In the event that you DO have a lump, then it's always possible that a local experienced midwife would be able to check for an abscess, [or maybe an Infant Feeding or Breastfeeding Co-ordinator] , and that they might be able to signpost you to the best person to clear it (by aspiration usually). Some hospitals will do an ultrasound of the breast which enables them to see if there is an abscess.

You may have tried expressing from the side your baby doesn't willingly take, and been disappointed with the result - but please rest assured that the amount you can express is not an accurate indicator of the amount your baby can suckle from you, as they are far more efficient at draining a breast than a pump could ever be! If you feel baby is really feeding only from the other side and you wish to breastfeed from both then a cause a 'cure' need to be established, but in the meantime do continue expressing from the 'fussy' side as much as you are able, perhaps to give to baby via a syringe or cup (depending on age - or a beaker if older) and to keep trying to breastfeed baby on that side as well, especially when sleepy, as many Mums with this issue report that baby will feed better from the 'fussy' side eg during the night.

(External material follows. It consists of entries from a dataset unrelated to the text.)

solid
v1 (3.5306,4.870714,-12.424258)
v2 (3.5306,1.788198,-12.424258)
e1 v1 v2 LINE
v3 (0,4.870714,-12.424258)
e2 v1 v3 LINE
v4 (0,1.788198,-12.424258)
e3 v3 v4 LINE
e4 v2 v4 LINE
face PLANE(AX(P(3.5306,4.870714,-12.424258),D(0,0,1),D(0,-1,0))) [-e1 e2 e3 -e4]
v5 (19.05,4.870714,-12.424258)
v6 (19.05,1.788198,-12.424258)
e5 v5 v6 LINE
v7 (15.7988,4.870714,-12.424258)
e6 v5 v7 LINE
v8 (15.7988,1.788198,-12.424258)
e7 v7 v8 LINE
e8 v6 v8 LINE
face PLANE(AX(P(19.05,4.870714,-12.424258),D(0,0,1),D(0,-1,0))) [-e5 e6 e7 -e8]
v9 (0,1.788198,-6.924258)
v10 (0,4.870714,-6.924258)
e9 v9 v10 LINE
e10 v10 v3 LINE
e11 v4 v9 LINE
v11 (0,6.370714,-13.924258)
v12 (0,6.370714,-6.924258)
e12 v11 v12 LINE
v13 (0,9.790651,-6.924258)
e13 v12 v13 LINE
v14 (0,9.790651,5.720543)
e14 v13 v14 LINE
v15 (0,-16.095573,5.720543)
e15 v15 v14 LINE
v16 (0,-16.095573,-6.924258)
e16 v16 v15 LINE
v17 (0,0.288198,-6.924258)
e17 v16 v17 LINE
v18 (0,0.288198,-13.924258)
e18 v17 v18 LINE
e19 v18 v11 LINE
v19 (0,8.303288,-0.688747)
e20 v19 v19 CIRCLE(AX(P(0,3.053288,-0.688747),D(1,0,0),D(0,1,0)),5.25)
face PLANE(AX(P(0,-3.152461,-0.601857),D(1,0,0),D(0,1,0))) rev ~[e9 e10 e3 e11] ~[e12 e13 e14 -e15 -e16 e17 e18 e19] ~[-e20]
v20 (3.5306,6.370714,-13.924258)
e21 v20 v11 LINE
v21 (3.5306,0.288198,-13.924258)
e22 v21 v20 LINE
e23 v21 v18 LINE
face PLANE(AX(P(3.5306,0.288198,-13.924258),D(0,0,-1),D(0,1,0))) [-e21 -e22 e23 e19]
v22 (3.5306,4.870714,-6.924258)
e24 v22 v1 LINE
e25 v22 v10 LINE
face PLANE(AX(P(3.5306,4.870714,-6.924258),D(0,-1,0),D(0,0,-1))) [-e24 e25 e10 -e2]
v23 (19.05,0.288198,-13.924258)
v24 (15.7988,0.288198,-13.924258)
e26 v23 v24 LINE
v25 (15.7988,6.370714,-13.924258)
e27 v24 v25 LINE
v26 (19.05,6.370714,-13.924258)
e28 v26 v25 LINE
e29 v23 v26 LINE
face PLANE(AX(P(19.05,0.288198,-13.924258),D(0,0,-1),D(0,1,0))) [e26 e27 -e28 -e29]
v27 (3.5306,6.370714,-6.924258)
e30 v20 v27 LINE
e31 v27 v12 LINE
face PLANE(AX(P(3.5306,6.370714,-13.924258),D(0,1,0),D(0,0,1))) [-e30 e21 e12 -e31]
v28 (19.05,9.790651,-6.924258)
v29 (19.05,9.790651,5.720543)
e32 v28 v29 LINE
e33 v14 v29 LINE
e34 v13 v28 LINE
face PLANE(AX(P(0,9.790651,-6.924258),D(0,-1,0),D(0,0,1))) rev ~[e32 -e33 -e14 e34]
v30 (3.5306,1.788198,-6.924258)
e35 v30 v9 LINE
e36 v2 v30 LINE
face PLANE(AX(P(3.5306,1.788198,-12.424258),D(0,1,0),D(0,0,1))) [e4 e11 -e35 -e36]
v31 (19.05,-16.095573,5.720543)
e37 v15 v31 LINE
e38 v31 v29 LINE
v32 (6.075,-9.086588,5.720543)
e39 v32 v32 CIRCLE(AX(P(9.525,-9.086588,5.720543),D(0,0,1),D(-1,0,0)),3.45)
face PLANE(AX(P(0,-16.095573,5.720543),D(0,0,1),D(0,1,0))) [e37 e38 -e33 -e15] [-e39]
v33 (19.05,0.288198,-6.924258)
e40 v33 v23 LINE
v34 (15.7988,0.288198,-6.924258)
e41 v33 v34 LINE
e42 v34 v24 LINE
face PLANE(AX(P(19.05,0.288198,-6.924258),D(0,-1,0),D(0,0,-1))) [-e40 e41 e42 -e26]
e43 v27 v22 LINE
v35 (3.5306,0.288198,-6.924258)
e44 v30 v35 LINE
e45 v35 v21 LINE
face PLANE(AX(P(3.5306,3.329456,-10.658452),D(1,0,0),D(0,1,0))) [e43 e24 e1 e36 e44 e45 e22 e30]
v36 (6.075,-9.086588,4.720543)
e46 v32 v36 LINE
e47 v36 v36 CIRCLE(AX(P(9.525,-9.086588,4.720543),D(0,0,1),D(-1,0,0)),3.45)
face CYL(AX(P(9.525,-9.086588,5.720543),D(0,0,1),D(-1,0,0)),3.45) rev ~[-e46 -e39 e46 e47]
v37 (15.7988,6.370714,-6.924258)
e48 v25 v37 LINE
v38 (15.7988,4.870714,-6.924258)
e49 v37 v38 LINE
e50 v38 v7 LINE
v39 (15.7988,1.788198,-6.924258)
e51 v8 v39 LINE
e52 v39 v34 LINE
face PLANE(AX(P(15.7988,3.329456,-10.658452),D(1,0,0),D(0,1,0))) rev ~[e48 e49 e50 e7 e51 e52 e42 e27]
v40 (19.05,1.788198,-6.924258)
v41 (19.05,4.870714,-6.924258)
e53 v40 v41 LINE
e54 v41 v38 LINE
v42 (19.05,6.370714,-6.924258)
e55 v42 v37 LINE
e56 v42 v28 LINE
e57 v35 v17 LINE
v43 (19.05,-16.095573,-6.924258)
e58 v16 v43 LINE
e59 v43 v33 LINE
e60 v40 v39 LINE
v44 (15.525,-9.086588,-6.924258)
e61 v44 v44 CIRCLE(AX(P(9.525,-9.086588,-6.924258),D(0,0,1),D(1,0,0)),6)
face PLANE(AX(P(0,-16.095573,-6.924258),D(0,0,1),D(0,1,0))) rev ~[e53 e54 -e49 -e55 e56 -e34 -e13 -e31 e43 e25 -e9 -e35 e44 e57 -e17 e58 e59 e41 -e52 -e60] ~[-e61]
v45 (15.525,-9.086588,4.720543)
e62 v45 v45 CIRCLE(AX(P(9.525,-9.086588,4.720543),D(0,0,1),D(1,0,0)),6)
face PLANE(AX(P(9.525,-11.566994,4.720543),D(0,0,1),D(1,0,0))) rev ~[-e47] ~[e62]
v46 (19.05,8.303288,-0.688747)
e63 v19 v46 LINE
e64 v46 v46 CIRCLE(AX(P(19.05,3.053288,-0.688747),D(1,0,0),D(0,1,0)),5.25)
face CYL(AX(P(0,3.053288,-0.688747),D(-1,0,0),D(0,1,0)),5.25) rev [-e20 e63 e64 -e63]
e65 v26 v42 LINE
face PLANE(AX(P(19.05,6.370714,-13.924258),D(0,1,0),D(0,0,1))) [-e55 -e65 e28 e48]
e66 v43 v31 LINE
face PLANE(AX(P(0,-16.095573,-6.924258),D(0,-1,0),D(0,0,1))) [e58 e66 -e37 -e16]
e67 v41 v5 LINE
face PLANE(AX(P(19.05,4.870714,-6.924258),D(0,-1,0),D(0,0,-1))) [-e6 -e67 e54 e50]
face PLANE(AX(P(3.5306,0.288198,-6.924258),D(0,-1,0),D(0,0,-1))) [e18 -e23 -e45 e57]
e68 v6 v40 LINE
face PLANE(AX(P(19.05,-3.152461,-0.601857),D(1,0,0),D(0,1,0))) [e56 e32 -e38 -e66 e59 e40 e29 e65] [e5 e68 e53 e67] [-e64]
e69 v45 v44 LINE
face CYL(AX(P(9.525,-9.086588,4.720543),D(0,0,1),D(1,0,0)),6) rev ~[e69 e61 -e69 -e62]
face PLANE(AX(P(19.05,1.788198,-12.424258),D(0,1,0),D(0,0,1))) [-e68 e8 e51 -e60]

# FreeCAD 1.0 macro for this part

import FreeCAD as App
import Part
import Sketcher
Q = App.Units.Quantity


def add_polygon(sketch, points):
    """Adds a closed chain of lines whose ends are joined by coincident constraints."""
    first, n = sketch.GeometryCount, len(points)
    for a, b in zip(points, points[1:] + points[:1]):
        sketch.addGeometry(Part.LineSegment(App.Vector(*a, 0), App.Vector(*b, 0)), False)
    for i in range(n):
        sketch.addConstraint(Sketcher.Constraint("Coincident", first + i, 2, first + (i + 1) % n, 1))

doc = App.newDocument("Part")
body = doc.addObject("PartDesign::Body", "Body")

# Sketch on YZ plane
sketch1 = body.newObject("Sketcher::SketchObject", "Sketch")
sketch1.AttachmentSupport = (doc.getObject("YZ_Plane"), [""])
sketch1.MapMode = "FlatFace"
add_polygon(sketch1, [(-16, 6), (-16, -7), (10, -7), (10, 6)])  # lines 0-3
sketch1.addGeometry(Part.Circle(App.Vector(3, -1, 0), App.Vector(0, 0, 1), 5), False)  # 4
sketch1.addConstraint([
    Sketcher.Constraint("Vertical", 0),
    Sketcher.Constraint("Horizontal", 1),
    Sketcher.Constraint("Vertical", 2),
    Sketcher.Constraint("Horizontal", 3),
    Sketcher.Constraint("Diameter", 4, Q("10.5 mm")),
    Sketcher.Constraint("DistanceY", 0, 2, 0, 1, Q("12.6448 mm")),
    Sketcher.Constraint("DistanceX", 1, 1, 1, 2, Q("25.886225 mm")),
    Sketcher.Constraint("DistanceX", -1, 1, 1, 2, Q("9.790651 mm")),
    Sketcher.Constraint("DistanceX", 0, 2, 4, 3, Q("19.148861 mm")),
    Sketcher.Constraint("DistanceY", 0, 2, 4, 3, Q("6.235511 mm")),
    Sketcher.Constraint("DistanceY", 4, 3, -1, 1, Q("0.688747 mm")),
])
pad1 = body.newObject("PartDesign::Pad", "Pad")
pad1.Profile = sketch1
pad1.Length = 19.05

# Sketch on XY plane
sketch2 = body.newObject("Sketcher::SketchObject", "Sketch001")
sketch2.AttachmentSupport = (doc.getObject("XY_Plane"), [""])
sketch2.MapMode = "FlatFace"
sketch2.AttachmentOffset = App.Placement(App.Vector(0, 0, 5.720543), App.Rotation())
sketch2.addGeometry(Part.Circle(App.Vector(9.5, -9.1, 0), App.Vector(0, 0, 1), 3.5), False)
sketch2.addConstraint([
    Sketcher.Constraint("Diameter", 0, Q("6.9 mm")),
    Sketcher.Constraint("DistanceX", -1, 1, 0, 3, Q("9.525 mm")),
    Sketcher.Constraint("DistanceY", 0, 3, -1, 1, Q("9.086588 mm")),
])
pocket1 = body.newObject("PartDesign::Pocket", "Pocket")
pocket1.Profile = sketch2
pocket1.Length = 1

# Sketch on XY plane
sketch3 = body.newObject("Sketcher::SketchObject", "Sketch002")
sketch3.AttachmentSupport = (doc.getObject("XY_Plane"), [""])
sketch3.MapMode = "FlatFace"
sketch3.AttachmentOffset = App.Placement(App.Vector(0, 0, 4.720543), App.Rotation())
sketch3.addGeometry(Part.Circle(App.Vector(10, -9, 0), App.Vector(0, 0, 1), 6), False)
sketch3.addConstraint([
    Sketcher.Constraint("Diameter", 0, Q("12 mm")),
    Sketcher.Constraint("DistanceX", -1, 1, 0, 3, Q("9.525 mm")),
    Sketcher.Constraint("DistanceY", 0, 3, -1, 1, Q("9.086588 mm")),
])
pocket2 = body.newObject("PartDesign::Pocket", "Pocket001")
pocket2.Profile = sketch3
pocket2.Length = 24.4

# Sketch on YZ plane
sketch4 = body.newObject("Sketcher::SketchObject", "Sketch003")
sketch4.AttachmentSupport = (doc.getObject("YZ_Plane"), [""])
sketch4.MapMode = "FlatFace"
sketch4.AttachmentOffset = App.Placement(App.Vector(0, 0, 19.05), App.Rotation())
add_polygon(sketch4, [(6.4, -13.9), (6.4, -6.9), (4.9, -6.9), (4.9, -12.4), (1.8, -12.4), (1.8, -6.9), (0.3, -6.9), (0.3, -13.9)])  # lines 0-7
sketch4.addConstraint([
    Sketcher.Constraint("Vertical", 0),
    Sketcher.Constraint("Horizontal", 1),
    Sketcher.Constraint("Vertical", 2),
    Sketcher.Constraint("Horizontal", 3),
    Sketcher.Constraint("Vertical", 4),
    Sketcher.Constraint("Horizontal", 5),
    Sketcher.Constraint("Vertical", 6),
    Sketcher.Constraint("Horizontal", 7),
    Sketcher.Constraint("Horizontal", 1, 2, 4, 2),
    Sketcher.Constraint("Equal", 1, 5),
    Sketcher.Constraint("DistanceY", 0, 1, 0, 2, Q("7 mm")),
    Sketcher.Constraint("DistanceX", 1, 2, 1, 1, Q("1.5 mm")),
    Sketcher.Constraint("DistanceY", 2, 2, 2, 1, Q("5.5 mm")),
    Sketcher.Constraint("DistanceX", -1, 1, 3, 2, Q("1.788198 mm")),
    Sketcher.Constraint("DistanceX", 3, 2, 3, 1, Q("3.082516 mm")),
    Sketcher.Constraint("DistanceY", 0, 2, -1, 1, Q("6.924258 mm")),
])
pad2 = body.newObject("PartDesign::Pad", "Pad001")
pad2.Profile = sketch4
pad2.Length = 3.2512
pad2.Reversed = True

# Sketch on YZ plane
sketch5 = body.newObject("Sketcher::SketchObject", "Sketch004")
sketch5.AttachmentSupport = (doc.getObject("YZ_Plane"), [""])
sketch5.MapMode = "FlatFace"
sketch5.AttachmentOffset = App.Placement(App.Vector(0, 0, 3.5306), App.Rotation())
add_polygon(sketch5, [(6.4, -13.9), (6.4, -6.9), (4.9, -6.9), (4.9, -12.4), (1.8, -12.4), (1.8, -6.9), (0.3, -6.9), (0.3, -13.9)])  # lines 0-7
sketch5.addConstraint([
    Sketcher.Constraint("Vertical", 0),
    Sketcher.Constraint("Horizontal", 1),
    Sketcher.Constraint("Vertical", 2),
    Sketcher.Constraint("Horizontal", 3),
    Sketcher.Constraint("Vertical", 4),
    Sketcher.Constraint("Horizontal", 5),
    Sketcher.Constraint("Vertical", 6),
    Sketcher.Constraint("Horizontal", 7),
    Sketcher.Constraint("Horizontal", 1, 2, 4, 2),
    Sketcher.Constraint("Equal", 1, 5),
    Sketcher.Constraint("DistanceY", 0, 1, 0, 2, Q("7 mm")),
    Sketcher.Constraint("DistanceX", 1, 2, 1, 1, Q("1.5 mm")),
    Sketcher.Constraint("DistanceY", 2, 2, 2, 1, Q("5.5 mm")),
    Sketcher.Constraint("DistanceX", -1, 1, 3, 2, Q("1.788198 mm")),
    Sketcher.Constraint("DistanceX", 3, 2, 3, 1, Q("3.082516 mm")),
    Sketcher.Constraint("DistanceY", 0, 2, -1, 1, Q("6.924258 mm")),
])
pad3 = body.newObject("PartDesign::Pad", "Pad002")
pad3.Profile = sketch5
pad3.Length = 3.5306
pad3.Reversed = True

doc.recompute()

Often the descriptions which mothers give of the 'fussy' breast and baby's behaviour do suggest that improving the baby's positioning and attachment on that side could be helpful.

It could be to do with the way you bring the baby to you on that side, since once a mother finds one side more awkward it can lead to quite a different way of handling the feed on that side, even with a hand round the back of the head 'because the baby fusses' for that side only! Babies don't like to have their heads restrained while feeding, so it WILL make for a fussier feed.

It may be worth considering if/where you sit to feed - if you routinely sit at one end of a sofa it may simply be either that you are leaning on the sofa-arm so the baby is brought too far across (nose round towards armpit), or if it the other way then it could be that your baby's feet are pushing off and their nose is too far round towards the armpit that way! Having a baby who has grown since the Mum learned to attach them 'properly' is a common reaosn for mums of older babies to start to have pain on feeding - because they simply haven't adjusted their position in line with their new bigger child!

However, whatever the reason for it if it IS sub-optimal attachment, it is important to remain watchful of the 'fussy' breast, and how you feel generally, as it is also possible that the symptoms point to a blocked duct which if left unchecked could become mastitus which is best avoided, or an abscess - see above.

If you aRE trying to get baby back onto breast, then once all the possible risks above have been checked for (mastitus, blocked duct, abcess etc) then once baby is feeding fromt he breast again, it's useful to encourage better flow of milk using a technique called breast compression
during feeds if you can keep baby on, and/or expressing after baby has given up feeding on that side. This would help to improve her supply over a few days.

It would be good get some continued support with this, because as you've already read, the amount you may be able to express isn't it isn't a true relection of the milk available to your baby, and it can take a couple of days to be effective, during which time your baby may actually be getting more milk directly at the breast anyway: you might notice this by the baby's improved behaviour and response. Often, after a pattern of 'fussiness' on one side has developed, and a supply on one side has been affected, the you'll need to have a plentiful supply in her breast for the baby to be interested in feeding there again.